Top of Recorded data

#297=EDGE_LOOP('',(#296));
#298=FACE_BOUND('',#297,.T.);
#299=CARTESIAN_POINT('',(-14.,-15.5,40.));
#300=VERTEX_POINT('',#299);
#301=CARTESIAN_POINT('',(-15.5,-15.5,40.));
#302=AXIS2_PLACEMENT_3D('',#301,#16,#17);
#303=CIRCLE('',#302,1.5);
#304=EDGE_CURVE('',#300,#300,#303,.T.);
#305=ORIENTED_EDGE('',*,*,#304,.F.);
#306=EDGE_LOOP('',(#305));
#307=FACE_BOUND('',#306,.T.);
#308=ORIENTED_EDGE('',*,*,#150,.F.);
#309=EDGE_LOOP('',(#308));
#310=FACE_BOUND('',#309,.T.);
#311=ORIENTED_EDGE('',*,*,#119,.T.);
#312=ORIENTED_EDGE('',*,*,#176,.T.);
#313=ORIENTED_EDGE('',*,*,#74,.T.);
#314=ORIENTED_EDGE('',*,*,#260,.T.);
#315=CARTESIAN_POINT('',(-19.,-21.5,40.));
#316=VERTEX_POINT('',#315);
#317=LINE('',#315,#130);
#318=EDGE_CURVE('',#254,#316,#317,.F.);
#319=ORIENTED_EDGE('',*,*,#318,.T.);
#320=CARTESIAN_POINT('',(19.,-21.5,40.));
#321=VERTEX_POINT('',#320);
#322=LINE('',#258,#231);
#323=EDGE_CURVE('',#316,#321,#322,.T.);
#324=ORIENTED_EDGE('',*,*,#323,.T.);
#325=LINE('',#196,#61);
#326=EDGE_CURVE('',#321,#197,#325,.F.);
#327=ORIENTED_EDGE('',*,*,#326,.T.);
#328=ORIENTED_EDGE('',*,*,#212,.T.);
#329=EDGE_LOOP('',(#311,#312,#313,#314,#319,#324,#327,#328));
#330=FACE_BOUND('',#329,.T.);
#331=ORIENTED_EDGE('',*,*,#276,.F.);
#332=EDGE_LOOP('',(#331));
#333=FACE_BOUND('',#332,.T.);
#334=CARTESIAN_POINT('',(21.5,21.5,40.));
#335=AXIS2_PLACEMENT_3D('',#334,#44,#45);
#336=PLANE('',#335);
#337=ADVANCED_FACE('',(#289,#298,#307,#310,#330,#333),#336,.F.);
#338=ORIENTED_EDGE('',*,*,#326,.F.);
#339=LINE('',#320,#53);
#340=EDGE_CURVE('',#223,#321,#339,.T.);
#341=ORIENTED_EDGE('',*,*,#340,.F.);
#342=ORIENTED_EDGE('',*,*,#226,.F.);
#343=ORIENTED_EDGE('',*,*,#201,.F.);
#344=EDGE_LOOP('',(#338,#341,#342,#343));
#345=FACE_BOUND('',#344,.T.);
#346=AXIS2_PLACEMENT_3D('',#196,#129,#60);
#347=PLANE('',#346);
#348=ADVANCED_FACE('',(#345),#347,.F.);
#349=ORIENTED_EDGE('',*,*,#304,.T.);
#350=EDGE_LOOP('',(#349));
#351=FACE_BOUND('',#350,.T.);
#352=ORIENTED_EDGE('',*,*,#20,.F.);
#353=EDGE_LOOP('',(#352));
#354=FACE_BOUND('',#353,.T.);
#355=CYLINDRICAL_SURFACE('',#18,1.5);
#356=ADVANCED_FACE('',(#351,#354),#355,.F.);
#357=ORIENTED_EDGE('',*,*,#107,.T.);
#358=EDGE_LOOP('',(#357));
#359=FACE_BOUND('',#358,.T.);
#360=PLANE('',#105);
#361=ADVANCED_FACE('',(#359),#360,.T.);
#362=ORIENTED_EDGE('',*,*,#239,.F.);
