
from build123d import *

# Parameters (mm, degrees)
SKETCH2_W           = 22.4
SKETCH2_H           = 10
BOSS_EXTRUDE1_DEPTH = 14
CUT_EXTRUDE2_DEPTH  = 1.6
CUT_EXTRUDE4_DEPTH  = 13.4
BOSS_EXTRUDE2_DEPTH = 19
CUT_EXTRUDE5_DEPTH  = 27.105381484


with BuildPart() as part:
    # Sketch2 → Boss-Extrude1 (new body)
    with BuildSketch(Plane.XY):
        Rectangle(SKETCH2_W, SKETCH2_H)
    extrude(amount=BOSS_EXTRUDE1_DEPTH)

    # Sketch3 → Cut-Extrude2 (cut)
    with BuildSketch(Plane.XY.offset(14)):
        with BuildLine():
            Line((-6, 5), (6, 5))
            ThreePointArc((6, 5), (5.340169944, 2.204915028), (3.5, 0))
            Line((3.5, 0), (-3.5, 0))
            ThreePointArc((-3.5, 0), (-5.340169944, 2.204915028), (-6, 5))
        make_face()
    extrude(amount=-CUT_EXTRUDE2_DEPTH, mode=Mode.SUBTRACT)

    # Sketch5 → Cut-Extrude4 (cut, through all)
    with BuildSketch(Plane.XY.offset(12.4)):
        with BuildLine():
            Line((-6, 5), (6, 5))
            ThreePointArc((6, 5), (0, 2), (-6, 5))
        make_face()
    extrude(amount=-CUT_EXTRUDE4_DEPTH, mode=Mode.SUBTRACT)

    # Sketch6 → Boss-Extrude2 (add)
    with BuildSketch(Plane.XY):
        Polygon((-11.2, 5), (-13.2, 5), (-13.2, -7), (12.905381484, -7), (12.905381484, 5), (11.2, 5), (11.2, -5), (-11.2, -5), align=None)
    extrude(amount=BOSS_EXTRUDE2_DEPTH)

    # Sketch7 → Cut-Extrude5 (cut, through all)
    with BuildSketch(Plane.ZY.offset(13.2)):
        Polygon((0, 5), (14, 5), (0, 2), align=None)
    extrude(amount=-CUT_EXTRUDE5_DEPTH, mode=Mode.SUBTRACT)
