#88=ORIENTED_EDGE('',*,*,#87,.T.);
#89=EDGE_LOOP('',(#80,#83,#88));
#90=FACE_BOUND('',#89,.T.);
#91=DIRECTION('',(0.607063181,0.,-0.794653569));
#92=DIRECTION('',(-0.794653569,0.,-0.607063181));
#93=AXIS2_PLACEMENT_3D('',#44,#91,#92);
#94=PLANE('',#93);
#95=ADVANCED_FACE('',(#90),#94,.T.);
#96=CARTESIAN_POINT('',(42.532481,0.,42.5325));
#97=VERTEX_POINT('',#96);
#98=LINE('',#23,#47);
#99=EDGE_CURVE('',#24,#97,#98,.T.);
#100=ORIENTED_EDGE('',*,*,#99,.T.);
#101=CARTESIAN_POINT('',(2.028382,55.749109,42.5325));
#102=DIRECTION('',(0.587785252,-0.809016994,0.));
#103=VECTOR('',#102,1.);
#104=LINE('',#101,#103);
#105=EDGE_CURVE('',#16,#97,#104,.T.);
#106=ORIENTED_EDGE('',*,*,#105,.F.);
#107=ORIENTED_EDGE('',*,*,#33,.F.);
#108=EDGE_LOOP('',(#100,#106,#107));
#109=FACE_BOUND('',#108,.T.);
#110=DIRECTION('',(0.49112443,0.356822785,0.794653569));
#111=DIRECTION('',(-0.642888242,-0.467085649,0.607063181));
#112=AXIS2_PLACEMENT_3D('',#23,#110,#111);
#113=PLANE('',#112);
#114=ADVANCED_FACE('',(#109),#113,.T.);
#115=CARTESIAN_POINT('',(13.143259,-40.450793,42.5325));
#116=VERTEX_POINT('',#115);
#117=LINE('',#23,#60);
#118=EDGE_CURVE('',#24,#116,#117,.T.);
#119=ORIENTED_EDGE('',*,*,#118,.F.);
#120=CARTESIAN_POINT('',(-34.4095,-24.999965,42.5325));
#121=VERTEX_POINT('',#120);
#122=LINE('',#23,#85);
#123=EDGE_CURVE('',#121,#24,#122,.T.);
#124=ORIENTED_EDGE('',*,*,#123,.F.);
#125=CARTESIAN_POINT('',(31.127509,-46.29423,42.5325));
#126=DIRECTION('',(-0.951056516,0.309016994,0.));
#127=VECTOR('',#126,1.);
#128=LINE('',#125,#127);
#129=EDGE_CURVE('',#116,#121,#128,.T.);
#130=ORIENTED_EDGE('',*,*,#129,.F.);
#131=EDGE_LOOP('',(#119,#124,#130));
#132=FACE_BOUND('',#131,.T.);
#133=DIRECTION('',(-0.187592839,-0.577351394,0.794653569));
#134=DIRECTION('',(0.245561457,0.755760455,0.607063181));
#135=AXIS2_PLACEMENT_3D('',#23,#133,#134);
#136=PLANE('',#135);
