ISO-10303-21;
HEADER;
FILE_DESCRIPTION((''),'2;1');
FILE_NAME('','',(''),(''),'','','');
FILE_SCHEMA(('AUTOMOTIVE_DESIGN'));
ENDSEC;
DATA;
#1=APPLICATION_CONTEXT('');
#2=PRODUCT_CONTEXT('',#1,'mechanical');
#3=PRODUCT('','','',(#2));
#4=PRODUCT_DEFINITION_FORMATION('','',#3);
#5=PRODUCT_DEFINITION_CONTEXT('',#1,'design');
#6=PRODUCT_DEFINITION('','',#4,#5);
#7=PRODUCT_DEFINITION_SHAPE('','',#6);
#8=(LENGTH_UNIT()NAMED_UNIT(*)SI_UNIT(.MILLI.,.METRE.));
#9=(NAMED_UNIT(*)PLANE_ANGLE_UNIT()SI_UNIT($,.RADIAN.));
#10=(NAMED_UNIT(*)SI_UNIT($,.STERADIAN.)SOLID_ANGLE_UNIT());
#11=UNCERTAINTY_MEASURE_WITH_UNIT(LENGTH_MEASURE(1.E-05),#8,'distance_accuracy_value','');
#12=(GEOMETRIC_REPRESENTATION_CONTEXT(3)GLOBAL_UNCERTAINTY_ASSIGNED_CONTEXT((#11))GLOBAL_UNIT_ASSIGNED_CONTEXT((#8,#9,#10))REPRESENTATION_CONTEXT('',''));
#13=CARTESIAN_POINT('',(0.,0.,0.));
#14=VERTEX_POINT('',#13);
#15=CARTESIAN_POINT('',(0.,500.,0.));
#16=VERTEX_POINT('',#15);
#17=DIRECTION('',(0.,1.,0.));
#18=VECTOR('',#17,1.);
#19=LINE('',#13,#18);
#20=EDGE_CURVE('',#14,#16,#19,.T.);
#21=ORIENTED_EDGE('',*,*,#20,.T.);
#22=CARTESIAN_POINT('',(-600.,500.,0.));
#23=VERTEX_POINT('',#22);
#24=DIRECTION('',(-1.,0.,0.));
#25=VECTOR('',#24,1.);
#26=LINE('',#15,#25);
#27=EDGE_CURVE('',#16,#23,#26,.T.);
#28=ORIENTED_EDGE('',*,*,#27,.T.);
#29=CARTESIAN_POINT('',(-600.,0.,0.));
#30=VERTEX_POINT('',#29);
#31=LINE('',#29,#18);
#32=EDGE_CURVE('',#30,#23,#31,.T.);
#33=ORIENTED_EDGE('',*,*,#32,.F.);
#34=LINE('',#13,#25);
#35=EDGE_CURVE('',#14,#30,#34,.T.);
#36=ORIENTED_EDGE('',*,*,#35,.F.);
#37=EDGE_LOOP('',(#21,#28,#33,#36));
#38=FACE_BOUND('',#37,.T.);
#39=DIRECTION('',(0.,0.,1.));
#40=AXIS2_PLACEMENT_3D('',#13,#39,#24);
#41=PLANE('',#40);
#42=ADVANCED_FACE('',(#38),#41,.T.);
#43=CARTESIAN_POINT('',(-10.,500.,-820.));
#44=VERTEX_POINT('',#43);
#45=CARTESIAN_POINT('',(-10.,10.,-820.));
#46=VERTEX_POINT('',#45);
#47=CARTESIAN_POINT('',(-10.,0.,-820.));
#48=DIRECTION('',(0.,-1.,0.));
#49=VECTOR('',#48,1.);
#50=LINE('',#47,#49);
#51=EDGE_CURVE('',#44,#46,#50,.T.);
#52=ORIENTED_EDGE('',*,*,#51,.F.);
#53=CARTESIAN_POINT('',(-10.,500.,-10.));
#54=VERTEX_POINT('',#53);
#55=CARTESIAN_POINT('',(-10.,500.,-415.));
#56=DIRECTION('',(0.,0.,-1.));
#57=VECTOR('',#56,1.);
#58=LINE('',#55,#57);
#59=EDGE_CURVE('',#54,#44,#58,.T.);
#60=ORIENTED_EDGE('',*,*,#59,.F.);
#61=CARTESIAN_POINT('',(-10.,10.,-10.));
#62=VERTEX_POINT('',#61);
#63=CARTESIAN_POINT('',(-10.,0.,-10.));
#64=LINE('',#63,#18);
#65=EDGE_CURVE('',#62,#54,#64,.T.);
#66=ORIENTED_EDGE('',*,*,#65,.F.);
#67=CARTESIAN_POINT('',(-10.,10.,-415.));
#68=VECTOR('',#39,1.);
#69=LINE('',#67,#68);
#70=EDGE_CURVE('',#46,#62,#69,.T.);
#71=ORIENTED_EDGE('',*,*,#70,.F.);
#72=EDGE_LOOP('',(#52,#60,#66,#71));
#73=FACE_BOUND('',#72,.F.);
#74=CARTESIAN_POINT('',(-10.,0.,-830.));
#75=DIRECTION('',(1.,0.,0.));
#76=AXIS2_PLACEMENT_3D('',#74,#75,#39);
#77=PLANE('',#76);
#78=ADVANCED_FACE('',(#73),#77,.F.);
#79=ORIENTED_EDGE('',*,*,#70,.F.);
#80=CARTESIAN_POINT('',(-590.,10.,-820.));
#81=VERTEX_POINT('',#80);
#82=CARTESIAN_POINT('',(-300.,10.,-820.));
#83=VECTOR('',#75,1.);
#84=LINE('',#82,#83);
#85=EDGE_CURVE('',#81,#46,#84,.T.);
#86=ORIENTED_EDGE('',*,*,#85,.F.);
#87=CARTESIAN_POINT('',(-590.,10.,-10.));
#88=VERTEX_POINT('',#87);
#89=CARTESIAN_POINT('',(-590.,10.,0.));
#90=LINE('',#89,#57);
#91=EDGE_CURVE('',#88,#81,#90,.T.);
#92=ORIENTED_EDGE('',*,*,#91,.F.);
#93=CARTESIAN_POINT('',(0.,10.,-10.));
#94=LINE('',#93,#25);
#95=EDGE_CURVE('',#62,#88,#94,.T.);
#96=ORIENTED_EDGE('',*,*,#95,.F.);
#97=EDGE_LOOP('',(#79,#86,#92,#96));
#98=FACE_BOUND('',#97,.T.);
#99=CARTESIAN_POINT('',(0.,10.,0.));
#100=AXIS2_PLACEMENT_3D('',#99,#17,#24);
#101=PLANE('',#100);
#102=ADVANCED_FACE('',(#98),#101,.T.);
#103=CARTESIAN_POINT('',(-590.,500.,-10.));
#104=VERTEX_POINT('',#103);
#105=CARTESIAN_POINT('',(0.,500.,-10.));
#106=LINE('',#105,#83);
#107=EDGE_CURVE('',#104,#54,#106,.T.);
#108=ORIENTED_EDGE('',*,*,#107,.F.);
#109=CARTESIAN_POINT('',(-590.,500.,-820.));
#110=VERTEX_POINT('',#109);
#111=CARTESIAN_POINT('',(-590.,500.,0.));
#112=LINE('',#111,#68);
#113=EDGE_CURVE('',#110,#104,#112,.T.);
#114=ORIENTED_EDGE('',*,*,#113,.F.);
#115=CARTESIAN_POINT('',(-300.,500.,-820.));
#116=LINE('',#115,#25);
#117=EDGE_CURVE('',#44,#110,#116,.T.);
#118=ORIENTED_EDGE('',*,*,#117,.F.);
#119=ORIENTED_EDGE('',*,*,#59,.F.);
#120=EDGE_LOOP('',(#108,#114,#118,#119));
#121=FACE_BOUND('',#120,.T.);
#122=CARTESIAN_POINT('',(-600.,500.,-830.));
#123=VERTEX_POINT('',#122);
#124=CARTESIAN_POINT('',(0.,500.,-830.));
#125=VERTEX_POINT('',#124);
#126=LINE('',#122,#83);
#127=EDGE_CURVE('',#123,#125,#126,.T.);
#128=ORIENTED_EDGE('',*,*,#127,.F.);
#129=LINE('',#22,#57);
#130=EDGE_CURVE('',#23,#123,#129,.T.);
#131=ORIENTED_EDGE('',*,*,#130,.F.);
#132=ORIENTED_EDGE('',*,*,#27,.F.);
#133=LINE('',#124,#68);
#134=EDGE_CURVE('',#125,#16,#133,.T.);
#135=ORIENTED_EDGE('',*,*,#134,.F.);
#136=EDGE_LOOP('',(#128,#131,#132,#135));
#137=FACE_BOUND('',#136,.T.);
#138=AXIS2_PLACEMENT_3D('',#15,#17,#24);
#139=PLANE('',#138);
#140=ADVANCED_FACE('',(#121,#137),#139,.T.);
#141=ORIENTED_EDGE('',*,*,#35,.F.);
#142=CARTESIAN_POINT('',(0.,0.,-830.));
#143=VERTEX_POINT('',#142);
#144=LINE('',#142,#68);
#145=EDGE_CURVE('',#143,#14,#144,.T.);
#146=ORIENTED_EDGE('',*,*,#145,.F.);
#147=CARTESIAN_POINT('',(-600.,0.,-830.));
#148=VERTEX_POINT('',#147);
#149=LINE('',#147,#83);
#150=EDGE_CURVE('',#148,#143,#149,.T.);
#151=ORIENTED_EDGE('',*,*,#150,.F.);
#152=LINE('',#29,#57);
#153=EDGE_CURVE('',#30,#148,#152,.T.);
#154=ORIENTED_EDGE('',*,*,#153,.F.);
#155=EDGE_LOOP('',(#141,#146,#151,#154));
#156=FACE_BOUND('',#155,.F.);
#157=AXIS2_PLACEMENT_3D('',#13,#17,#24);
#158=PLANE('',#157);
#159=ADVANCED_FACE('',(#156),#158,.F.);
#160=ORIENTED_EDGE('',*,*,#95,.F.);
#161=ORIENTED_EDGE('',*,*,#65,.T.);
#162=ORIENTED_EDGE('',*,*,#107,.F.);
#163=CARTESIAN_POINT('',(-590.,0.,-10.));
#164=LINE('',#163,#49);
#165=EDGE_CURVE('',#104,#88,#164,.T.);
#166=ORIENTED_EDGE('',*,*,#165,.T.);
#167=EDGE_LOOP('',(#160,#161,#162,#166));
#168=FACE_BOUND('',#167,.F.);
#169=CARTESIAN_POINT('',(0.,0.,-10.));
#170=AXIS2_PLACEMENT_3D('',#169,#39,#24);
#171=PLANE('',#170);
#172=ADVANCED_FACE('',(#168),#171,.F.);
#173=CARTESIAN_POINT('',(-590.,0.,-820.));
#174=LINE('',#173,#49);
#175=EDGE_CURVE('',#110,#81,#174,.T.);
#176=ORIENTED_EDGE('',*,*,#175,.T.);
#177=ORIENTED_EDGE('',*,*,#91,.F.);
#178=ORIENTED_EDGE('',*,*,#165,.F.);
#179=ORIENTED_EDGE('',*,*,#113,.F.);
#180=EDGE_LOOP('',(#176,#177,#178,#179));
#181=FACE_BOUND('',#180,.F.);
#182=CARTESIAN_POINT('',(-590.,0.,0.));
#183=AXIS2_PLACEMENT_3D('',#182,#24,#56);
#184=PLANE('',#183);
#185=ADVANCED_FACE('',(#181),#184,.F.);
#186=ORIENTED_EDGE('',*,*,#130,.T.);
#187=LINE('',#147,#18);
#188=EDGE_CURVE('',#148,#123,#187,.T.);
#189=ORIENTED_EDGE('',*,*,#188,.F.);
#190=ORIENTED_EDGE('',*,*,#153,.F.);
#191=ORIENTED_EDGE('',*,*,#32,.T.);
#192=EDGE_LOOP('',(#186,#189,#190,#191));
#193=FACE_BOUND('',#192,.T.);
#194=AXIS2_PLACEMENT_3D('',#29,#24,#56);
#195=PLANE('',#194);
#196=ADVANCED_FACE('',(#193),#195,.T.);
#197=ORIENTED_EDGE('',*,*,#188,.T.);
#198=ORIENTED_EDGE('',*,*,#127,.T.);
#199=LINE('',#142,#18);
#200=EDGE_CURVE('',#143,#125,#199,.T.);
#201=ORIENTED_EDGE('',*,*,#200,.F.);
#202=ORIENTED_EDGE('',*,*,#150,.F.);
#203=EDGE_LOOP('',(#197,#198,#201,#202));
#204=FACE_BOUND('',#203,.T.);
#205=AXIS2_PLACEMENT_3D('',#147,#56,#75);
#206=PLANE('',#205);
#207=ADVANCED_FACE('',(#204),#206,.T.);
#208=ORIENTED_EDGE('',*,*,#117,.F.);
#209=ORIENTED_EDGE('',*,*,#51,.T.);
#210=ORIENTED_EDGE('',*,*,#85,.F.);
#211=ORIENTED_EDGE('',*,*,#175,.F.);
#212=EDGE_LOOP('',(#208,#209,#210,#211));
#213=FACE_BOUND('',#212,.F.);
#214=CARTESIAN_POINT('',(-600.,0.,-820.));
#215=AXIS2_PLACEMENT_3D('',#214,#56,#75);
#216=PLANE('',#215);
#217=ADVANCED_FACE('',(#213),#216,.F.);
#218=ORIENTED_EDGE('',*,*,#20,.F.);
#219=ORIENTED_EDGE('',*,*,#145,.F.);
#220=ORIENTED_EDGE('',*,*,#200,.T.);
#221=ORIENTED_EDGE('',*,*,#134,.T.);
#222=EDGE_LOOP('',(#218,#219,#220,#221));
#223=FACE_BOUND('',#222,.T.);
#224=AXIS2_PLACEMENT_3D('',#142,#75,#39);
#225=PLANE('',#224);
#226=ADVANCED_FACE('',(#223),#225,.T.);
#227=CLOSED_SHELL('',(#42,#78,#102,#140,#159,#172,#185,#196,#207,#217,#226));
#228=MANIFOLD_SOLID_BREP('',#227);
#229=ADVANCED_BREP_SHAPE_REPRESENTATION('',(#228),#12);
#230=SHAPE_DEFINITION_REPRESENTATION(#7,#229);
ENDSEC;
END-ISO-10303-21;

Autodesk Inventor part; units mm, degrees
ref_plane "YZ Plane" through (0, 0, 0) normal (1, 0, 0) x (0, 1, 0)
ref_plane "XZ Plane" through (0, 0, 0) normal (0, 1, 0) x (-1, 0, 0)
ref_plane "XY Plane" through (0, 0, 0) normal (0, 0, 1) x (1, 0, 0)
sketch "Sketch1" plane through (0, 0, 0) normal (0, 1, 0) x (-1, 0, 0)
  line L0 (0, 0) -> (600, 0)
  line L1 (600, 0) -> (600, -830)
  line L2 (600, -830) -> (0, -830)
  line L3 (0, -830) -> (0, 0)
  dimension "d0" = 600
  dimension "d1" = 830
extrude "Extrusion1" add sketch "Sketch1" along normal blind 500
shell "Shell1" thickness 10 removed faces 1 at (-200, 500, -276.6667)
equation "\"BendRadius\" = Thickness"
equation "\"BendReliefWidth\" = Thickness"
equation "\"BendReliefDepth\" = 0.5 * Thickness"
equation "\"CornerReliefSize\" = 4 * Thickness"
equation "\"MinimumRemnant\" = 2 * Thickness"
equation "\"TransitionRadius\" = BendRadius"
equation "\"JacobiRadiusSize\" = BendRadius"
equation "\"GapSize\" = Thickness"
equation "\"Thickness\" = 0.5"
properties part number "Paste Container"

Bottom of Recorded data

_Your goal_. An exact copy of the lines above, from the one containing "#120=CARTESIAN_POINT('',(-34.4095,-24.999965,42.5325));" down to the one containing "#125=CARTESIAN_POINT('',(31.127509,-46.29423,42.5325));" and including both, is the whole answer; retype it and nothing else.

_Answer area_.
#120=CARTESIAN_POINT('',(-34.4095,-24.999965,42.5325));
#121=VERTEX_POINT('',#120);
#122=LINE('',#23,#85);
#123=EDGE_CURVE('',#121,#24,#122,.T.);
#124=ORIENTED_EDGE('',*,*,#123,.F.);
#125=CARTESIAN_POINT('',(31.127509,-46.29423,42.5325));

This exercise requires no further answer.